_To do_.
Your reply should be the following data, copied exactly.

────────────────────

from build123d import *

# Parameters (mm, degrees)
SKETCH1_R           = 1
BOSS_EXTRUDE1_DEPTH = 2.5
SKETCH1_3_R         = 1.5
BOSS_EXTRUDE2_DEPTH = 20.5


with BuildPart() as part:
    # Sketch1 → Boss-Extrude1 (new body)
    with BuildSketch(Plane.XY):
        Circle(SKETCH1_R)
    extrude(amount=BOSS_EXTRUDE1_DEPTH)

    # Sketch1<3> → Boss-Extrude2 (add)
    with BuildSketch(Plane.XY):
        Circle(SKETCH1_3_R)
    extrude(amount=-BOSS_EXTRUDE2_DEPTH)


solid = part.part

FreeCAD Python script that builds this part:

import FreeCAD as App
import Part
import Sketcher

doc = App.newDocument("Part")
body = doc.addObject("PartDesign::Body", "Body")

sketch1 = body.newObject("Sketcher::SketchObject", "Sketch")
sketch1.AttachmentSupport = (doc.getObject("XY_Plane"), [""])
sketch1.MapMode = "FlatFace"
sketch1.addGeometry(Part.Circle(App.Vector(0, 0, 0), App.Vector(0, 0, 1), 1), False)
sketch1.addConstraint([
    Sketcher.Constraint("Coincident", 0, 3, -1, 1),
    Sketcher.Constraint("Diameter", 0, 2.0),
])
pad1 = body.newObject("PartDesign::Pad", "Pad")
pad1.Profile = sketch1
pad1.Length = 2.5

sketch2 = body.newObject("Sketcher::SketchObject", "Sketch001")
sketch2.AttachmentSupport = (doc.getObject("XY_Plane"), [""])
sketch2.MapMode = "FlatFace"
sketch2.addGeometry(Part.Circle(App.Vector(0, 0, 0), App.Vector(0, 0, 1), 1.5), False)
sketch2.addConstraint([
    Sketcher.Constraint("Coincident", 0, 3, -1, 1),
    Sketcher.Constraint("Diameter", 0, 3.0),
])
pad2 = body.newObject("PartDesign::Pad", "Pad001")
pad2.Profile = sketch2
pad2.Length = 20.5
pad2.Reversed = True

doc.recompute()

────────────────────

_Result of the task_.
from build123d import *

# Parameters (mm, degrees)
SKETCH1_R           = 1
BOSS_EXTRUDE1_DEPTH = 2.5
SKETCH1_3_R         = 1.5
BOSS_EXTRUDE2_DEPTH = 20.5


with BuildPart() as part:
    # Sketch1 → Boss-Extrude1 (new body)
    with BuildSketch(Plane.XY):
        Circle(SKETCH1_R)
    extrude(amount=BOSS_EXTRUDE1_DEPTH)

    # Sketch1<3> → Boss-Extrude2 (add)
    with BuildSketch(Plane.XY):
        Circle(SKETCH1_3_R)
    extrude(amount=-BOSS_EXTRUDE2_DEPTH)


solid = part.part

FreeCAD Python script that builds this part:

import FreeCAD as App
import Part
import Sketcher

doc = App.newDocument("Part")
body = doc.addObject("PartDesign::Body", "Body")

sketch1 = body.newObject("Sketcher::SketchObject", "Sketch")
sketch1.AttachmentSupport = (doc.getObject("XY_Plane"), [""])
sketch1.MapMode = "FlatFace"
sketch1.addGeometry(Part.Circle(App.Vector(0, 0, 0), App.Vector(0, 0, 1), 1), False)
sketch1.addConstraint([
    Sketcher.Constraint("Coincident", 0, 3, -1, 1),
    Sketcher.Constraint("Diameter", 0, 2.0),
])
pad1 = body.newObject("PartDesign::Pad", "Pad")
pad1.Profile = sketch1
pad1.Length = 2.5

sketch2 = body.newObject("Sketcher::SketchObject", "Sketch001")
sketch2.AttachmentSupport = (doc.getObject("XY_Plane"), [""])
sketch2.MapMode = "FlatFace"
sketch2.addGeometry(Part.Circle(App.Vector(0, 0, 0), App.Vector(0, 0, 1), 1.5), False)
sketch2.addConstraint([
    Sketcher.Constraint("Coincident", 0, 3, -1, 1),
    Sketcher.Constraint("Diameter", 0, 3.0),
])
pad2 = body.newObject("PartDesign::Pad", "Pad001")
pad2.Profile = sketch2
pad2.Length = 20.5
pad2.Reversed = True

doc.recompute()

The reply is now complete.